━━━━━ INFORMATION PROVIDED
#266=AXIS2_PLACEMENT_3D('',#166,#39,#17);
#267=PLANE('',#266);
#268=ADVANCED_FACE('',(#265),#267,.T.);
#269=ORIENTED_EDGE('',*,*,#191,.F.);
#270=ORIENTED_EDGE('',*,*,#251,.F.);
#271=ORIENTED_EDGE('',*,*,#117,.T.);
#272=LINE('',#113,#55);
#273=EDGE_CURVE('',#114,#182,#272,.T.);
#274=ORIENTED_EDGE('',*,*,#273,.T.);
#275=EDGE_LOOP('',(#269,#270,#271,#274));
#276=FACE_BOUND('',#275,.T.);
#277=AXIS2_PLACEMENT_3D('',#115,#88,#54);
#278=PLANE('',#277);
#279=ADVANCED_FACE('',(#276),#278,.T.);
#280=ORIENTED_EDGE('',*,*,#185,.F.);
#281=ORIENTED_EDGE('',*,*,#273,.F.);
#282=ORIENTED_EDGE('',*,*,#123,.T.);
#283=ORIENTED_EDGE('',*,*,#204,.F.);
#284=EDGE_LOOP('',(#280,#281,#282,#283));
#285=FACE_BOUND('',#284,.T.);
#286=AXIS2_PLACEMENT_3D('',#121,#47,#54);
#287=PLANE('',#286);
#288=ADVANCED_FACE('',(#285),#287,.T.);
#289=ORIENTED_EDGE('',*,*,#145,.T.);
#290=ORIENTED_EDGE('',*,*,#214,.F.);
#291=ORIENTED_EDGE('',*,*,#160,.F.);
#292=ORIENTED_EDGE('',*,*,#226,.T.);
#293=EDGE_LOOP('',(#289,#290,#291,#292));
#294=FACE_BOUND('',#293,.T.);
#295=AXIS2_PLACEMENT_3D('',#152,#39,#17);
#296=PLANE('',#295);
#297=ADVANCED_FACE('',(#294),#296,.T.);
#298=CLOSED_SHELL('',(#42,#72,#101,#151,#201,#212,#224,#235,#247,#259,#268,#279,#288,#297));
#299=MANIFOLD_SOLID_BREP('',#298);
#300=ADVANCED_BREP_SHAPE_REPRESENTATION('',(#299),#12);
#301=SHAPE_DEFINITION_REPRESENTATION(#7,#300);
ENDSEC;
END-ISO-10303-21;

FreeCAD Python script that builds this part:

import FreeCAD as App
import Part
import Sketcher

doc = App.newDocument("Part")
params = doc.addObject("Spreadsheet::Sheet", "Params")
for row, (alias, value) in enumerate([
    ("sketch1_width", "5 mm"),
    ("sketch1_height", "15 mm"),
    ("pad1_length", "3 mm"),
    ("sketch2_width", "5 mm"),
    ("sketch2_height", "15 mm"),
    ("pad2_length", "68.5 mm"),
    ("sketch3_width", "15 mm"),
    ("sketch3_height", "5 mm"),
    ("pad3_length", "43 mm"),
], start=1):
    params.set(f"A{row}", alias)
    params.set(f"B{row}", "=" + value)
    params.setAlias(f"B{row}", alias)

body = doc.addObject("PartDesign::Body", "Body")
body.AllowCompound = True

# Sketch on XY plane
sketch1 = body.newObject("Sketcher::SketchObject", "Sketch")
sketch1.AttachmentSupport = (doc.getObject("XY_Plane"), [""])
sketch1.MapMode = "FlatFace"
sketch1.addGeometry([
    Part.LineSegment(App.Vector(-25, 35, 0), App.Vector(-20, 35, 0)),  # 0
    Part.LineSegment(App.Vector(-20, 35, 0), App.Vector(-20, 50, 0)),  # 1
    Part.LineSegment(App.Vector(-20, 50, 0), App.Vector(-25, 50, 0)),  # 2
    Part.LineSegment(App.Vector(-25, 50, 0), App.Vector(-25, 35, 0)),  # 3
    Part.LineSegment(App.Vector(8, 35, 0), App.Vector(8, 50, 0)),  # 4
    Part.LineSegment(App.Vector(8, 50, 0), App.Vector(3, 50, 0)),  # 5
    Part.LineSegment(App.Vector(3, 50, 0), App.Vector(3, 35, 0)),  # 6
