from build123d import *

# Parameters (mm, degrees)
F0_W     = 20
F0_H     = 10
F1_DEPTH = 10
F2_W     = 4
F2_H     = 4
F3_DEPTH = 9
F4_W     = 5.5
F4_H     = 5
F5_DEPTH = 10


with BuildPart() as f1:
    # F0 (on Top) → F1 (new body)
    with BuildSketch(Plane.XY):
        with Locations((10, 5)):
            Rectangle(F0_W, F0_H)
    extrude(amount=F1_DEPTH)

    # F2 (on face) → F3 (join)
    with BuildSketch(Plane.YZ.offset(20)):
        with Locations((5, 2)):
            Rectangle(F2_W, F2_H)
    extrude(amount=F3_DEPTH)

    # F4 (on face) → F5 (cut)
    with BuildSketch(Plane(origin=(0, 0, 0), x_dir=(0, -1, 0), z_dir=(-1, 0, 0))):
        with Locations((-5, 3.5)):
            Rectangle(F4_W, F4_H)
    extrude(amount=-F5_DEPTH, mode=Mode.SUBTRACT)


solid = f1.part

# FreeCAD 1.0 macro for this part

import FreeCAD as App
import Part
import Sketcher

V = App.Vector
Q = App.Units.Quantity


def add_polygon(sketch, points):
    """Adds a closed chain of lines whose ends are joined by coincident constraints."""
    first, n = sketch.GeometryCount, len(points)
    for a, b in zip(points, points[1:] + points[:1]):
        sketch.addGeometry(Part.LineSegment(App.Vector(*a, 0), App.Vector(*b, 0)), False)
    for i in range(n):
        sketch.addConstraint(Sketcher.Constraint("Coincident", first + i, 2, first + (i + 1) % n, 1))

doc = App.newDocument("Part")
body = doc.addObject("PartDesign::Body", "Body")

# Sketch on XY plane
sketch1 = body.newObject("Sketcher::SketchObject", "Sketch")
sketch1.AttachmentSupport = (doc.getObject("XY_Plane"), [""])
sketch1.MapMode = "FlatFace"
add_polygon(sketch1, [(0, 10), (0, 0), (20, 0), (20, 10)])  # lines 0-3
sketch1.addConstraint([
    Sketcher.Constraint("Vertical", 0),
    Sketcher.Constraint("Horizontal", 1),
    Sketcher.Constraint("Vertical", 2),
    Sketcher.Constraint("Horizontal", 3),
    Sketcher.Constraint("Coincident", 0, 2, -1, 1),
    Sketcher.Constraint("DistanceX", 1, 1, 1, 2, Q("20 mm")),
    Sketcher.Constraint("DistanceY", 0, 2, 0, 1, Q("10 mm")),
])
pad1 = body.newObject("PartDesign::Pad", "Pad")
pad1.Profile = sketch1
pad1.Length = 10

# Sketch on YZ plane
sketch2 = body.newObject("Sketcher::SketchObject", "Sketch001")
sketch2.AttachmentSupport = (doc.getObject("YZ_Plane"), [""])
sketch2.MapMode = "FlatFace"
sketch2.AttachmentOffset = App.Placement(V(0, 0, 20), App.Rotation())
add_polygon(sketch2, [(3, 4), (3, 0), (7, 0), (7, 4)])  # lines 0-3
sketch2.addConstraint([
    Sketcher.Constraint("Vertical", 0),
    Sketcher.Constraint("Horizontal", 1),
    Sketcher.Constraint("Vertical", 2),
    Sketcher.Constraint("Horizontal", 3),
    Sketcher.Constraint("PointOnObject", 0, 2, -1),
    Sketcher.Constraint("Equal", 3, 0),
    Sketcher.Constraint("DistanceX", 1, 1, 1, 2, Q("4 mm")),
    Sketcher.Constraint("DistanceX", -1, 1, 0, 2, Q("3 mm")),
])
pad2 = body.newObject("PartDesign::Pad", "Pad001")
pad2.Profile = sketch2
pad2.Length = 9

# Sketch on YZ plane
sketch3 = body.newObject("Sketcher::SketchObject", "Sketch002")
sketch3.AttachmentSupport = (doc.getObject("YZ_Plane"), [""])
sketch3.MapMode = "FlatFace"
add_polygon(sketch3, [(8, 6), (8, 1), (2, 1), (2, 6)])  # lines 0-3
sketch3.addConstraint([
    Sketcher.Constraint("Vertical", 0),
    Sketcher.Constraint("Horizontal", 1),
    Sketcher.Constraint("Vertical", 2),
    Sketcher.Constraint("Horizontal", 3),
    Sketcher.Constraint("DistanceY", 0, 2, 0, 1, Q("5 mm")),
    Sketcher.Constraint("DistanceX", 1, 2, 1, 1, Q("5.5 mm")),
    Sketcher.Constraint("DistanceY", -1, 1, 0, 2, Q("1 mm")),
    Sketcher.Constraint("DistanceX", -1, 1, 0, 2, Q("7.75 mm")),
])
pocket1 = body.newObject("PartDesign::Pocket", "Pocket")
pocket1.Profile = sketch3
pocket1.Length = 10
pocket1.Reversed = True

doc.recompute()
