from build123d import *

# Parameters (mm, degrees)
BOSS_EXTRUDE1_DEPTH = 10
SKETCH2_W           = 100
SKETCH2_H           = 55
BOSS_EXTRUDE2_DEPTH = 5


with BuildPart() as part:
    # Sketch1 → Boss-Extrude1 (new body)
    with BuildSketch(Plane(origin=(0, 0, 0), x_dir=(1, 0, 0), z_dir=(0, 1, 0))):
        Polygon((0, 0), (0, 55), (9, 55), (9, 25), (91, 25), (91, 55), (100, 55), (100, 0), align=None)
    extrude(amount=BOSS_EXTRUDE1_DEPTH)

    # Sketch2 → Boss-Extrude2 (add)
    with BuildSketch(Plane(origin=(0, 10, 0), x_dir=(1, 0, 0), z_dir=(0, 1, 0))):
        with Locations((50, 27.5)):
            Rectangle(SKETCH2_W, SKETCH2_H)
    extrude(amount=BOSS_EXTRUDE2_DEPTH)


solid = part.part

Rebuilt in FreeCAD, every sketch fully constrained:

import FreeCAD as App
import Part
import Sketcher
from FreeCAD import Vector
Q = App.Units.Quantity

doc = App.newDocument("Part")
body = doc.addObject("PartDesign::Body", "Body")

sketch1 = body.newObject("Sketcher::SketchObject", "Sketch")
sketch1.AttachmentSupport = (doc.getObject("XZ_Plane"), [""])
sketch1.MapMode = "FlatFace"
sketch1.addGeometry([
    Part.LineSegment(Vector(0, -55, 0), Vector(0, 0, 0)),
    Part.LineSegment(Vector(0, 0, 0), Vector(100, 0, 0)),
    Part.LineSegment(Vector(100, 0, 0), Vector(100, -55, 0)),
    Part.LineSegment(Vector(100, -55, 0), Vector(91, -55, 0)),
    Part.LineSegment(Vector(91, -55, 0), Vector(91, -25, 0)),
    Part.LineSegment(Vector(91, -25, 0), Vector(9, -25, 0)),
    Part.LineSegment(Vector(9, -25, 0), Vector(9, -55, 0)),
    Part.LineSegment(Vector(9, -55, 0), Vector(0, -55, 0)),
], False)
sketch1.addConstraint([
    Sketcher.Constraint("Coincident", 0, 2, 1, 1),
    Sketcher.Constraint("Coincident", 1, 2, 2, 1),
    Sketcher.Constraint("Coincident", 2, 2, 3, 1),
    Sketcher.Constraint("Coincident", 3, 2, 4, 1),
    Sketcher.Constraint("Coincident", 4, 2, 5, 1),
    Sketcher.Constraint("Coincident", 5, 2, 6, 1),
    Sketcher.Constraint("Coincident", 6, 2, 7, 1),
    Sketcher.Constraint("Coincident", 7, 2, 0, 1),
    Sketcher.Constraint("Vertical", 0),
    Sketcher.Constraint("Horizontal", 1),
    Sketcher.Constraint("Vertical", 2),
    Sketcher.Constraint("Horizontal", 3),
    Sketcher.Constraint("Vertical", 4),
    Sketcher.Constraint("Horizontal", 5),
    Sketcher.Constraint("Vertical", 6),
    Sketcher.Constraint("Horizontal", 7),
    Sketcher.Constraint("Coincident", 0, 2, -1, 1),
    Sketcher.Constraint("Horizontal", 3, 2, 6, 2),
    Sketcher.Constraint("Equal", 3, 7),
    Sketcher.Constraint("DistanceX", 1, 1, 1, 2, Q("100 mm")),
    Sketcher.Constraint("DistanceX", 3, 2, 3, 1, Q("9 mm")),
    Sketcher.Constraint("DistanceY", 0, 1, 0, 2, Q("55 mm")),
    Sketcher.Constraint("DistanceY", 4, 1, 4, 2, Q("30 mm")),
])
pad1 = body.newObject("PartDesign::Pad", "Pad")
pad1.Profile = sketch1
pad1.Length = 10
pad1.Reversed = True

sketch2 = body.newObject("Sketcher::SketchObject", "Sketch001")
sketch2.AttachmentSupport = (doc.getObject("XZ_Plane"), [""])
sketch2.MapMode = "FlatFace"
sketch2.AttachmentOffset = App.Placement(Vector(0, 0, -10), App.Rotation())
sketch2.addGeometry([
    Part.LineSegment(Vector(0, -55, 0), Vector(0, 0, 0)),
    Part.LineSegment(Vector(0, 0, 0), Vector(100, 0, 0)),
    Part.LineSegment(Vector(100, 0, 0), Vector(100, -55, 0)),
    Part.LineSegment(Vector(100, -55, 0), Vector(0, -55, 0)),
], False)
sketch2.addConstraint([
    Sketcher.Constraint("Coincident", 0, 2, 1, 1),
    Sketcher.Constraint("Coincident", 1, 2, 2, 1),
    Sketcher.Constraint("Coincident", 2, 2, 3, 1),
    Sketcher.Constraint("Coincident", 3, 2, 0, 1),
    Sketcher.Constraint("Vertical", 0),
    Sketcher.Constraint("Horizontal", 1),
    Sketcher.Constraint("Vertical", 2),
    Sketcher.Constraint("Horizontal", 3),
    Sketcher.Constraint("Coincident", 0, 2, -1, 1),
    Sketcher.Constraint("DistanceX", 1, 1, 1, 2, Q("100 mm")),
    Sketcher.Constraint("DistanceY", 0, 1, 0, 2, Q("55 mm")),
])
pad2 = body.newObject("PartDesign::Pad", "Pad001")
pad2.Profile = sketch2
pad2.Length = 5
pad2.Reversed = True

doc.recompute()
━━━━━━━━━━
**PROBLEM STATEMENT**
Lines that contain the word "with": how many are there in the data? Give the number and nothing else.

**OUTPUT**
11